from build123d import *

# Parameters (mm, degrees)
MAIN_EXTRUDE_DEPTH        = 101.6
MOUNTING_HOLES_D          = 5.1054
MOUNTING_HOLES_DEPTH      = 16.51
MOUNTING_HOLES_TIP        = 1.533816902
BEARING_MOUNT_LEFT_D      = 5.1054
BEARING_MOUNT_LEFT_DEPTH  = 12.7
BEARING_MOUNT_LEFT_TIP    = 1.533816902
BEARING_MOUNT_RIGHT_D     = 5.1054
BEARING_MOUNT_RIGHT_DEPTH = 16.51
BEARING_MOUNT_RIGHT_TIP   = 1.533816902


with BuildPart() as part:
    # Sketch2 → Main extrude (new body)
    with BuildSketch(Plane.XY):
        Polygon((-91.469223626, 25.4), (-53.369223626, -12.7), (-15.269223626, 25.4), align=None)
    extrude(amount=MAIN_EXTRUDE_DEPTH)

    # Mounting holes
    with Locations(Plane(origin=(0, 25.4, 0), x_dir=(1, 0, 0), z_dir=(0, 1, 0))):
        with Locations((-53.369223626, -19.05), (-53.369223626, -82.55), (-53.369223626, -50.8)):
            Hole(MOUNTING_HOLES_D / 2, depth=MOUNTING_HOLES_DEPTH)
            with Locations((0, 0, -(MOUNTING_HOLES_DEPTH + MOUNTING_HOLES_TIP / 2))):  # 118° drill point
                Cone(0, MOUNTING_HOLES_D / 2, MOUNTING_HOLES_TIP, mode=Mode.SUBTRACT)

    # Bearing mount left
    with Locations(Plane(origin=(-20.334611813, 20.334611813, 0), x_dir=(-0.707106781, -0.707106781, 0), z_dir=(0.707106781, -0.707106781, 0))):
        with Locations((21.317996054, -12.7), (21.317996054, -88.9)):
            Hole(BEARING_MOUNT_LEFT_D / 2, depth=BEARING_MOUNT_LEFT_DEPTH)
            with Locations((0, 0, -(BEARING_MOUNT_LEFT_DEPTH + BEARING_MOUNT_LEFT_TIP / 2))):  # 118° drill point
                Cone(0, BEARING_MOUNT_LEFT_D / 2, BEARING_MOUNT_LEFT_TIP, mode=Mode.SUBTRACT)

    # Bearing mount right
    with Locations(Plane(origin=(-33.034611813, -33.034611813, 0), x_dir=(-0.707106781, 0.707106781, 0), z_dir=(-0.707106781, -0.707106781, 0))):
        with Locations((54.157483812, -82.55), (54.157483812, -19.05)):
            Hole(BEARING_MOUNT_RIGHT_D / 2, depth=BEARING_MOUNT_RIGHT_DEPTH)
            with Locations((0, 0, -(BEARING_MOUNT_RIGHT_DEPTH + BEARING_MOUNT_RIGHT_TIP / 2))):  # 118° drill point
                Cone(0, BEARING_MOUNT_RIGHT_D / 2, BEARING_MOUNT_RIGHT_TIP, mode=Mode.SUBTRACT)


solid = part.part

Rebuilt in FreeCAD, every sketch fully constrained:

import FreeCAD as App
import Part
import Sketcher

V = App.Vector
Q = App.Units.Quantity


def add_polygon(sketch, points):
    """Adds a closed chain of lines whose ends are joined by coincident constraints."""
    first, n = sketch.GeometryCount, len(points)
    for a, b in zip(points, points[1:] + points[:1]):
        sketch.addGeometry(Part.LineSegment(App.Vector(*a, 0), App.Vector(*b, 0)), False)
    for i in range(n):
        sketch.addConstraint(Sketcher.Constraint("Coincident", first + i, 2, first + (i + 1) % n, 1))

doc = App.newDocument("Part")
body = doc.addObject("PartDesign::Body", "Body")

# Sketch on XY plane
sketch1 = body.newObject("Sketcher::SketchObject", "Sketch")
sketch1.AttachmentSupport = (doc.getObject("XY_Plane"), [""])
sketch1.MapMode = "FlatFace"
add_polygon(sketch1, [(-91, 25), (-53, -13), (-15, 25)])  # lines 0-2
sketch1.addConstraint([
    Sketcher.Constraint("Horizontal", 2),
    Sketcher.Constraint("Perpendicular", 0, 1),
    Sketcher.Constraint("Equal", 0, 1),
    Sketcher.Constraint("DistanceX", 2, 2, 2, 1, Q("3 in")),
    Sketcher.Constraint("DistanceY", -1, 1, 1, 2, Q("1 in")),
    Sketcher.Constraint("DistanceX", 0, 2, -1, 1, 53.369224),
])
pad1 = body.newObject("PartDesign::Pad", "Pad")
pad1.Profile = sketch1
pad1.Length = Q("4 in")

# Sketch on XZ plane
sketch2 = body.newObject("Sketcher::SketchObject", "Sketch001")
sketch2.AttachmentSupport = (doc.getObject("XZ_Plane"), [""])
sketch2.MapMode = "FlatFace"
sketch2.AttachmentOffset = App.Placement(V(0, 0, -1 * 25.4), App.Rotation())
sketch2.addGeometry([
    Part.Circle(V(-53.4, 19.1, 0), V(0, 0, 1), 2.6),
    Part.Circle(V(-53.4, 82.5, 0), V(0, 0, 1), 2.6),
    Part.Circle(V(-53.4, 50.8, 0), V(0, 0, 1), 2.6),
], False)
sketch2.addConstraint([
    Sketcher.Constraint("Equal", 0, 1),
    Sketcher.Constraint("Equal", 1, 2),
    Sketcher.Constraint("Vertical", 0, 3, 1, 3),
    Sketcher.Constraint("Vertical", 1, 3, 2, 3),
    Sketcher.Constraint("Diameter", 0, Q("0.201 in")),
    Sketcher.Constraint("DistanceY", -1, 1, 2, 3, Q("2 in")),
    Sketcher.Constraint("DistanceY", 0, 3, 1, 3, Q("2.5 in")),
    Sketcher.Constraint("DistanceY", -1, 1, 0, 3, Q("0.75 in")),
    Sketcher.Constraint("DistanceX", 0, 3, -1, 1, 53.369224),
])
doc.recompute()
hole = body.newObject("PartDesign::Hole", "Hole")
hole.Profile = sketch2
hole.ThreadType = "None"
hole.Diameter = Q("0.201 in")
hole.DepthType = "Dimension"
hole.Depth = Q("0.65 in")
hole.DrillPoint = "Angled"
hole.DrillPointAngle = 118
hole.Reversed = True

# Sketch on an angled plane
sketch3 = body.newObject("Sketcher::SketchObject", "Sketch002")
sketch3.Placement = App.Placement(V(-20.334612, 20.334612, 0), App.Rotation(V(-0.707106781, -0.707106781, 0), V(0, 0, -0.999999999), V(0.707106781, -0.707106781, 0), "ZXY"))
sketch3.addGeometry([
    Part.Circle(V(21.3, -12.7, 0), V(0, 0, 1), 2.6),
    Part.Circle(V(21.3, -88.9, 0), V(0, 0, 1), 2.6),
], False)
sketch3.addConstraint([
    Sketcher.Constraint("Equal", 0, 1),
    Sketcher.Constraint("Vertical", 0, 3, 1, 3),
    Sketcher.Constraint("Diameter", 0, Q("0.201 in")),
    Sketcher.Constraint("DistanceY", 1, 3, 0, 3, Q("3 in")),
    Sketcher.Constraint("DistanceY", 0, 3, -1, 1, Q("0.5 in")),
    Sketcher.Constraint("DistanceX", -1, 1, 0, 3, 21.317996),
])
doc.recompute()
hole2 = body.newObject("PartDesign::Hole", "Hole001")
hole2.Profile = sketch3
hole2.ThreadType = "None"
hole2.Diameter = Q("0.201 in")
hole2.DepthType = "Dimension"
hole2.Depth = Q("0.5 in")
hole2.DrillPoint = "Angled"
hole2.DrillPointAngle = 118

# Sketch on an angled plane
sketch4 = body.newObject("Sketcher::SketchObject", "Sketch003")
sketch4.Placement = App.Placement(V(-33.034612, -33.034612, 0), App.Rotation(V(-0.707106781, 0.707106781, 0), V(0, 0, -0.999999999), V(-0.707106781, -0.707106781, 0), "ZXY"))
sketch4.addGeometry([
    Part.Circle(V(54.2, -82.5, 0), V(0, 0, 1), 2.6),
    Part.Circle(V(54.2, -19, 0), V(0, 0, 1), 2.6),
], False)
sketch4.addConstraint([
    Sketcher.Constraint("Equal", 0, 1),
    Sketcher.Constraint("Vertical", 0, 3, 1, 3),
    Sketcher.Constraint("Diameter", 0, Q("0.201 in")),
    Sketcher.Constraint("DistanceY", 0, 3, 1, 3, Q("2.5 in")),
    Sketcher.Constraint("DistanceY", 0, 3, -1, 1, Q("3.25 in")),
    Sketcher.Constraint("DistanceX", -1, 1, 0, 3, 54.157484),
])
doc.recompute()
hole3 = body.newObject("PartDesign::Hole", "Hole002")
hole3.Profile = sketch4
hole3.ThreadType = "None"
hole3.Diameter = Q("0.201 in")
hole3.DepthType = "Dimension"
hole3.Depth = Q("0.65 in")
hole3.DrillPoint = "Angled"
hole3.DrillPointAngle = 118

doc.recompute()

--- What the task asks ---
Would you please repeat exactly the lines above, starting at the line with "Cone(0, BEARING_MOUNT_RIGHT_D /" and stopping at the line with "Rebuilt in FreeCAD, every", both included?

--- Solution for this task ---
                Cone(0, BEARING_MOUNT_RIGHT_D / 2, BEARING_MOUNT_RIGHT_TIP, mode=Mode.SUBTRACT)


solid = part.part

Rebuilt in FreeCAD, every sketch fully constrained:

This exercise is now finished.